(Records from a data collection)
====

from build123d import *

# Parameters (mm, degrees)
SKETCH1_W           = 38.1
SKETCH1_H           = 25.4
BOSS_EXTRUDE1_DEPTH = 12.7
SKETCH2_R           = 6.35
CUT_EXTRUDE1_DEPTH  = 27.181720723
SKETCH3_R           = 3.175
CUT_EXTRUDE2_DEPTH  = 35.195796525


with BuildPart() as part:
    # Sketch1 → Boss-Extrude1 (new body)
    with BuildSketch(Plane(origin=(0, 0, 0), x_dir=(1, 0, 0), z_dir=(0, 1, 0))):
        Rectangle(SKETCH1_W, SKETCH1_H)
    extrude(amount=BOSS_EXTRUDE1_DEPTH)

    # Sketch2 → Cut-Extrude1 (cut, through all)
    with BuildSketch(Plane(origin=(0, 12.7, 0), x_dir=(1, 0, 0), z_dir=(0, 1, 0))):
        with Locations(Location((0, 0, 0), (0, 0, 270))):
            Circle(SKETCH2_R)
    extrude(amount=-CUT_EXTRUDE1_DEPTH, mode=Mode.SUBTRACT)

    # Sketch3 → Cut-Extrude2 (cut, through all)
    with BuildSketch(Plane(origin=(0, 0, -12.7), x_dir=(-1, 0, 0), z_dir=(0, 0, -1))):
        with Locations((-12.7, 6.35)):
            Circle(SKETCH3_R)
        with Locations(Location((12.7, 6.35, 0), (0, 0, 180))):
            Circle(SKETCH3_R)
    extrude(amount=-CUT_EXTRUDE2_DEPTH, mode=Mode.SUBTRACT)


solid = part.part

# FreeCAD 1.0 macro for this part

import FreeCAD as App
import Part
import Sketcher
from FreeCAD import Vector
Q = App.Units.Quantity

doc = App.newDocument("Part")
body = doc.addObject("PartDesign::Body", "Body")

sketch1 = body.newObject("Sketcher::SketchObject", "Sketch")
sketch1.AttachmentSupport = (doc.getObject("XZ_Plane"), [""])
sketch1.MapMode = "FlatFace"
sketch1.addGeometry([
    Part.LineSegment(Vector(-19, -13, 0), Vector(-19, 13, 0)),
    Part.LineSegment(Vector(-19, 13, 0), Vector(19, 13, 0)),
    Part.LineSegment(Vector(19, 13, 0), Vector(19, -13, 0)),
    Part.LineSegment(Vector(19, -13, 0), Vector(-19, -13, 0)),
], False)
sketch1.addConstraint([
    Sketcher.Constraint("Coincident", 0, 2, 1, 1),
    Sketcher.Constraint("Coincident", 1, 2, 2, 1),
    Sketcher.Constraint("Coincident", 2, 2, 3, 1),
    Sketcher.Constraint("Coincident", 3, 2, 0, 1),
    Sketcher.Constraint("Vertical", 0),
    Sketcher.Constraint("Horizontal", 1),
    Sketcher.Constraint("Vertical", 2),
    Sketcher.Constraint("Horizontal", 3),
    Sketcher.Constraint("Symmetric", 0, 2, 2, 2, -1, 1),
    Sketcher.Constraint("DistanceY", 0, 1, 0, 2, Q("1 in")),
    Sketcher.Constraint("DistanceX", 1, 1, 1, 2, Q("1.5 in")),
])
pad1 = body.newObject("PartDesign::Pad", "Pad")
pad1.Profile = sketch1
pad1.Length = Q("0.5 in")
pad1.Reversed = True

sketch2 = body.newObject("Sketcher::SketchObject", "Sketch001")
sketch2.AttachmentSupport = (doc.getObject("XZ_Plane"), [""])
sketch2.MapMode = "FlatFace"
sketch2.AttachmentOffset = App.Placement(Vector(0, 0, -0.5 * 25.4), App.Rotation())
sketch2.addGeometry(Part.Circle(Vector(0, 0, 0), Vector(0, 0, 1), 6), False)
sketch2.addConstraint([
    Sketcher.Constraint("Coincident", 0, 3, -1, 1),
    Sketcher.Constraint("Diameter", 0, Q("0.5 in")),
])
pocket1 = body.newObject("PartDesign::Pocket", "Pocket")
pocket1.Profile = sketch2
pocket1.Type = "ThroughAll"
pocket1.Reversed = True

sketch3 = body.newObject("Sketcher::SketchObject", "Sketch002")
sketch3.AttachmentSupport = (doc.getObject("XY_Plane"), [""])
sketch3.MapMode = "FlatFace"
sketch3.AttachmentOffset = App.Placement(Vector(0, 0, -0.5 * 25.4), App.Rotation())
sketch3.addGeometry([
    Part.Circle(Vector(12.7, 6.3, 0), Vector(0, 0, 1), 3.2),
    Part.Circle(Vector(-12.7, 6.3, 0), Vector(0, 0, 1), 3.2),
], False)
sketch3.addConstraint([
    Sketcher.Constraint("Equal", 0, 1),
    Sketcher.Constraint("Symmetric", 0, 3, 1, 3, -2),
    Sketcher.Constraint("Diameter", 0, Q("0.25 in")),
    Sketcher.Constraint("DistanceX", 1, 3, 0, 3, Q("1 in")),
    Sketcher.Constraint("DistanceY", -1, 1, 0, 3, Q("0.25 in")),
])
pocket2 = body.newObject("PartDesign::Pocket", "Pocket001")
pocket2.Profile = sketch3
pocket2.Type = "ThroughAll"
pocket2.Reversed = True

doc.recompute()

====

Assigned task:
Give back exactly the lines from the first line of the records through the line holding "# Sketch1 → Boss-Extrude1 (new body)", including both of those lines and leaving out all others.

Result:
from build123d import *

# Parameters (mm, degrees)
SKETCH1_W           = 38.1
SKETCH1_H           = 25.4
BOSS_EXTRUDE1_DEPTH = 12.7
SKETCH2_R           = 6.35
CUT_EXTRUDE1_DEPTH  = 27.181720723
SKETCH3_R           = 3.175
CUT_EXTRUDE2_DEPTH  = 35.195796525


with BuildPart() as part:
    # Sketch1 → Boss-Extrude1 (new body)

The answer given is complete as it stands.